*** Begin section ***
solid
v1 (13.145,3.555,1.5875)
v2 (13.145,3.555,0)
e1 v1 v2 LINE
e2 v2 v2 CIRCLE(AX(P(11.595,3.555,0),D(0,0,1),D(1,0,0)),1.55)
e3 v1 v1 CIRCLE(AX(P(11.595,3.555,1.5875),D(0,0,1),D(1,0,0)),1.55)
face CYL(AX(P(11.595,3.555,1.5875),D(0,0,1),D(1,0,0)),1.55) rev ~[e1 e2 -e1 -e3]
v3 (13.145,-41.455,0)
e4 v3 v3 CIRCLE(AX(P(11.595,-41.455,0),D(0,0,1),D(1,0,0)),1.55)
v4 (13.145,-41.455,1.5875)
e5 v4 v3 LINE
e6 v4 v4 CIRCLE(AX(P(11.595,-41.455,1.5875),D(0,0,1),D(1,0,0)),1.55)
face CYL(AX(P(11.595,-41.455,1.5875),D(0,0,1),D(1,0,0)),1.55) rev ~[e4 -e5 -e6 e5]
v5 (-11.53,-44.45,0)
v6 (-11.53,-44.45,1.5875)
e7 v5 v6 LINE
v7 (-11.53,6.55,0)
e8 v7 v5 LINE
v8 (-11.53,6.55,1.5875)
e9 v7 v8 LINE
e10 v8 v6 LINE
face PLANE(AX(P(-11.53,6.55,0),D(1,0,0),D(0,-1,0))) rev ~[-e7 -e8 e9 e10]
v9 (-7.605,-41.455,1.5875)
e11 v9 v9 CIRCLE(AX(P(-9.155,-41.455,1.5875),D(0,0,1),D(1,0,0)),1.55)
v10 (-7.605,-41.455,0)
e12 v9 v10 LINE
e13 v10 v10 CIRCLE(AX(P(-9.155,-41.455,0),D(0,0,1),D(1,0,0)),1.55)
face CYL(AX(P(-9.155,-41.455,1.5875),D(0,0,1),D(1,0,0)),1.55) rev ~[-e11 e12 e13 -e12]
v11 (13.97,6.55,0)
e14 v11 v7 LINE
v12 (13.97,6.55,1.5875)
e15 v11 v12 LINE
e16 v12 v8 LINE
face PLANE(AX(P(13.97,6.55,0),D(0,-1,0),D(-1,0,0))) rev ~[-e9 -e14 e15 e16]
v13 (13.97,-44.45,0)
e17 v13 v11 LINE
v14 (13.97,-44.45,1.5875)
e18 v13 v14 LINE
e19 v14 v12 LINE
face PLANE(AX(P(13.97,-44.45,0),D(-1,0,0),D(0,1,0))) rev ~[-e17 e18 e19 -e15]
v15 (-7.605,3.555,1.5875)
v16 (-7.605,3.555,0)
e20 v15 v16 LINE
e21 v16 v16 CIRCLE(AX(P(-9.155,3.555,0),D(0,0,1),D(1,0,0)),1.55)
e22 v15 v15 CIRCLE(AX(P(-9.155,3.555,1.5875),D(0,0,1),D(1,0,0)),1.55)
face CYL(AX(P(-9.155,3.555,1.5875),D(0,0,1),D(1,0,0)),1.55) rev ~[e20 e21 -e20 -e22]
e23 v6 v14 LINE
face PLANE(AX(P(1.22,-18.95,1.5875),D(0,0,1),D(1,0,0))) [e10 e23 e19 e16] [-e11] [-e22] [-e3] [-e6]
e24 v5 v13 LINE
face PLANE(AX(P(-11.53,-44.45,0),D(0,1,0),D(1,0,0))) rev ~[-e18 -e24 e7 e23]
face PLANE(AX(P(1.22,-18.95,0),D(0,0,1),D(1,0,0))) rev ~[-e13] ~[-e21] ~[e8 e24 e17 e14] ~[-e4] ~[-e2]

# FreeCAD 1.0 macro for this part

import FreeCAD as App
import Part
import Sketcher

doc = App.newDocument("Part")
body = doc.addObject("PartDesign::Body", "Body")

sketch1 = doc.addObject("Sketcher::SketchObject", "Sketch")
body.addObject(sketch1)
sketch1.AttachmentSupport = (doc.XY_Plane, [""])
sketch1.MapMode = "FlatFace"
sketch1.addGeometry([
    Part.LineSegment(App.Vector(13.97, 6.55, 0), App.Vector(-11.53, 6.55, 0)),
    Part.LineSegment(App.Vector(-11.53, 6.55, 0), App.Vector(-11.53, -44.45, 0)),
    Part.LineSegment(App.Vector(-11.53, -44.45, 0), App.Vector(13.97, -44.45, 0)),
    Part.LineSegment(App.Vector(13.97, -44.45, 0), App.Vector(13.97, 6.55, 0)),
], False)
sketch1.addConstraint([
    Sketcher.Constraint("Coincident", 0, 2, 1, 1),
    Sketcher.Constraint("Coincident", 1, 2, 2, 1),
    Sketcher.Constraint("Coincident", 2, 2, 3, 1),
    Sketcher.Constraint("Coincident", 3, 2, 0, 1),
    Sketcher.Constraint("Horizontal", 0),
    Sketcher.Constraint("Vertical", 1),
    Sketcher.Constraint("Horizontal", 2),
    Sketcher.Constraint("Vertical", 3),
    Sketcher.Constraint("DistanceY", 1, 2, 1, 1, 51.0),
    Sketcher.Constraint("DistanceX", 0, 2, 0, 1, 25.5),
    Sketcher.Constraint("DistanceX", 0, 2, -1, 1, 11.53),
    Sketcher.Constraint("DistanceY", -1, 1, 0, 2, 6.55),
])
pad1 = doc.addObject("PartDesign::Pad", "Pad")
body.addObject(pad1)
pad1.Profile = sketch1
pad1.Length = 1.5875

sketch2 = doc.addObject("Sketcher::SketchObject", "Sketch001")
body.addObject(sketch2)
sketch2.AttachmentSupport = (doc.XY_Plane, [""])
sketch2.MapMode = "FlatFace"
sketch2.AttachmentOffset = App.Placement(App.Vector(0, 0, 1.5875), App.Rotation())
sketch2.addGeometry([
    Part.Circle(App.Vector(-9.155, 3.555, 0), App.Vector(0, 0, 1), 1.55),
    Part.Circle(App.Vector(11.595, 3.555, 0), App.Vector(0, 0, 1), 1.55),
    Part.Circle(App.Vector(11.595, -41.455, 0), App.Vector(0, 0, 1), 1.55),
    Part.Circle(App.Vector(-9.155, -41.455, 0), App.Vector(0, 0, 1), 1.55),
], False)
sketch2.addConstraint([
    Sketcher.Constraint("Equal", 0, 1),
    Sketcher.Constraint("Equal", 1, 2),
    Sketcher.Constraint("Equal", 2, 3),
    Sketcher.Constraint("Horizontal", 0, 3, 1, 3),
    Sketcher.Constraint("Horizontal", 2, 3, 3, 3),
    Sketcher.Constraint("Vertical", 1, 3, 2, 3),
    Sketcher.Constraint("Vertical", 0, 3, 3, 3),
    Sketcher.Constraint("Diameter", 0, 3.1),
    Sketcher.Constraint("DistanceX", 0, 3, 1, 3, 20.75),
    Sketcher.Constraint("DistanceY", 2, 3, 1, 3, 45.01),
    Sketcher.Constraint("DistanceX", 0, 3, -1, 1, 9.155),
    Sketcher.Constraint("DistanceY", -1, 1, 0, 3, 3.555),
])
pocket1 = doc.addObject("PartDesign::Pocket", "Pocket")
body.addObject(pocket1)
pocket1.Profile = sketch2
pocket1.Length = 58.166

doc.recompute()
*** End section ***
*** Begin section ***
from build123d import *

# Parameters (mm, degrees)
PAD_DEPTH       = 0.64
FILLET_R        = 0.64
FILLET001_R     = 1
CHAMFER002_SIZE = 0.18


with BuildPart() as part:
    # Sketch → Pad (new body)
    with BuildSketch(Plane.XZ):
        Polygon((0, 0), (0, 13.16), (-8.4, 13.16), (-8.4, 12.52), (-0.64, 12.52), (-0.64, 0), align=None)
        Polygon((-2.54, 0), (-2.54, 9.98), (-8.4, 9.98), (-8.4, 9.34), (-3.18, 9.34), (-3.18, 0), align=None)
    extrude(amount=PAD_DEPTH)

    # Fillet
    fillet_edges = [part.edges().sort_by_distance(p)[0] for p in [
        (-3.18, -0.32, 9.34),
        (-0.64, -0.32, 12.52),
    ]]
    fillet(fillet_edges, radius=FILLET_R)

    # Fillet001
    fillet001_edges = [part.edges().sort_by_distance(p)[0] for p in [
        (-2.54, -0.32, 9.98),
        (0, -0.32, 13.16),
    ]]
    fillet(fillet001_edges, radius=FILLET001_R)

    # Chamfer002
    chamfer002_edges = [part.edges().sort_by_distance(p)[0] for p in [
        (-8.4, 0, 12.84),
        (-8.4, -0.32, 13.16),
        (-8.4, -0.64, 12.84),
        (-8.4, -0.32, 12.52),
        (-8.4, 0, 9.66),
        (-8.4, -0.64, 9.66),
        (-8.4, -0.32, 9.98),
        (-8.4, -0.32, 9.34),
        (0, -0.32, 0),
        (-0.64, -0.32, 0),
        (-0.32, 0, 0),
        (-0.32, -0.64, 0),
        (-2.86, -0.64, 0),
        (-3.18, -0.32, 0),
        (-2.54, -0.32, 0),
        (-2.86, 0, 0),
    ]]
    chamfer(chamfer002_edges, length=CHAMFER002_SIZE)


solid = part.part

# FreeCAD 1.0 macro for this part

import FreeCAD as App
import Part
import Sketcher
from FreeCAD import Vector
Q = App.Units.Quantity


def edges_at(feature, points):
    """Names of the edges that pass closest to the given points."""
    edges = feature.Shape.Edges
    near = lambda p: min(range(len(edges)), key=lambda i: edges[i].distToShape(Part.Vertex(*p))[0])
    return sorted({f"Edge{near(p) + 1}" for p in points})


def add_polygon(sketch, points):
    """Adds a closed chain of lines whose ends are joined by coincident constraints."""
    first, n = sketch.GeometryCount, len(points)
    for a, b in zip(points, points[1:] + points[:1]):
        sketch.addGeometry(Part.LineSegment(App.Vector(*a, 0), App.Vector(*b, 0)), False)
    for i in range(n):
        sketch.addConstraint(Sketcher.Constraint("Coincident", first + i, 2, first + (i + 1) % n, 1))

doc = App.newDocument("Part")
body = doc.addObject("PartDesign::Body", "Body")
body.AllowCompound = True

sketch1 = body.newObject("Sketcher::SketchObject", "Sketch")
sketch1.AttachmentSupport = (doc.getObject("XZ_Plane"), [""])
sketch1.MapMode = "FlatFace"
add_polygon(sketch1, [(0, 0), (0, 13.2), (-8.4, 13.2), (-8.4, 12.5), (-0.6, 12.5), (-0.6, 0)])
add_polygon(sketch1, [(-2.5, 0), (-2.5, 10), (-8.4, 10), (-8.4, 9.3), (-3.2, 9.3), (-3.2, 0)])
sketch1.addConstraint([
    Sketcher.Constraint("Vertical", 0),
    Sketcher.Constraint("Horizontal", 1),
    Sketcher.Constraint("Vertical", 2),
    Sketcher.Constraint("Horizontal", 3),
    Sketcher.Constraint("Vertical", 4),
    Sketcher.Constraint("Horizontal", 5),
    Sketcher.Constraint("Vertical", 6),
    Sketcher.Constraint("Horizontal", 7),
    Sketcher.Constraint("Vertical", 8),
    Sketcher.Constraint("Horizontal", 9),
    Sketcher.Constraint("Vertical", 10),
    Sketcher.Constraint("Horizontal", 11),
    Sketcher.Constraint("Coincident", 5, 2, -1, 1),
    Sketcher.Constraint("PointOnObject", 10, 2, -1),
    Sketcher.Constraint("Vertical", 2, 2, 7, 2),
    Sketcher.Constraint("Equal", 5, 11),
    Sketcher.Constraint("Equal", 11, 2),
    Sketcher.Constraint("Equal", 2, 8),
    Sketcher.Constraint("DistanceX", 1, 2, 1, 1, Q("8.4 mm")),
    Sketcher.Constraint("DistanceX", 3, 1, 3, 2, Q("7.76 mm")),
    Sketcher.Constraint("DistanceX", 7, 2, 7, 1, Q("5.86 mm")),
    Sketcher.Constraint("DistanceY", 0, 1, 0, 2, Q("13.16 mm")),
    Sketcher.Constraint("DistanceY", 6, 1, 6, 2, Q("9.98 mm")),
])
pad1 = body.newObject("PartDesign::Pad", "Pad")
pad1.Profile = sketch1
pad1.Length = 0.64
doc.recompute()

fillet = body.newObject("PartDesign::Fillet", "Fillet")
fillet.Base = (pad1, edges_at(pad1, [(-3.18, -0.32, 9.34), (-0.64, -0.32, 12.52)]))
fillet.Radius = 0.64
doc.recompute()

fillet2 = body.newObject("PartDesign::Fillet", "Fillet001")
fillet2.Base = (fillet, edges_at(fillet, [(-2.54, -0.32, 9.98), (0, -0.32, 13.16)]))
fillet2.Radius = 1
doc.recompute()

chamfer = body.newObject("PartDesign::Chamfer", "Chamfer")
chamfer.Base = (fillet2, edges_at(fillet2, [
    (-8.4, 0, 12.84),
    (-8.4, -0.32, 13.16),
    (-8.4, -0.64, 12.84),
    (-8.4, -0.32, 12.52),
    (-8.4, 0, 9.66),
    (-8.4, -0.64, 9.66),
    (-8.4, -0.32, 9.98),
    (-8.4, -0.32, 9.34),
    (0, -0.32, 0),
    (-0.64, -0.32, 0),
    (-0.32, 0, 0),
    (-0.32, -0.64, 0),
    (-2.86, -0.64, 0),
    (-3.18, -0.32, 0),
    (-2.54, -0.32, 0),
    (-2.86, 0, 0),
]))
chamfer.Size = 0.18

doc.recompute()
*** End section ***
### WHAT THE TASK ASKS
Write down, word for word, the lines above from the one containing "e10 v8 v6 LINE" through the one containing "v14 (13.97,-44.45,1.5875)", both ends included.

### RESULT OF THIS TASK
e10 v8 v6 LINE
face PLANE(AX(P(-11.53,6.55,0),D(1,0,0),D(0,-1,0))) rev ~[-e7 -e8 e9 e10]
v9 (-7.605,-41.455,1.5875)
e11 v9 v9 CIRCLE(AX(P(-9.155,-41.455,1.5875),D(0,0,1),D(1,0,0)),1.55)
v10 (-7.605,-41.455,0)
e12 v9 v10 LINE
e13 v10 v10 CIRCLE(AX(P(-9.155,-41.455,0),D(0,0,1),D(1,0,0)),1.55)
face CYL(AX(P(-9.155,-41.455,1.5875),D(0,0,1),D(1,0,0)),1.55) rev ~[-e11 e12 e13 -e12]
v11 (13.97,6.55,0)
e14 v11 v7 LINE
v12 (13.97,6.55,1.5875)
e15 v11 v12 LINE
e16 v12 v8 LINE
face PLANE(AX(P(13.97,6.55,0),D(0,-1,0),D(-1,0,0))) rev ~[-e9 -e14 e15 e16]
v13 (13.97,-44.45,0)
e17 v13 v11 LINE
v14 (13.97,-44.45,1.5875)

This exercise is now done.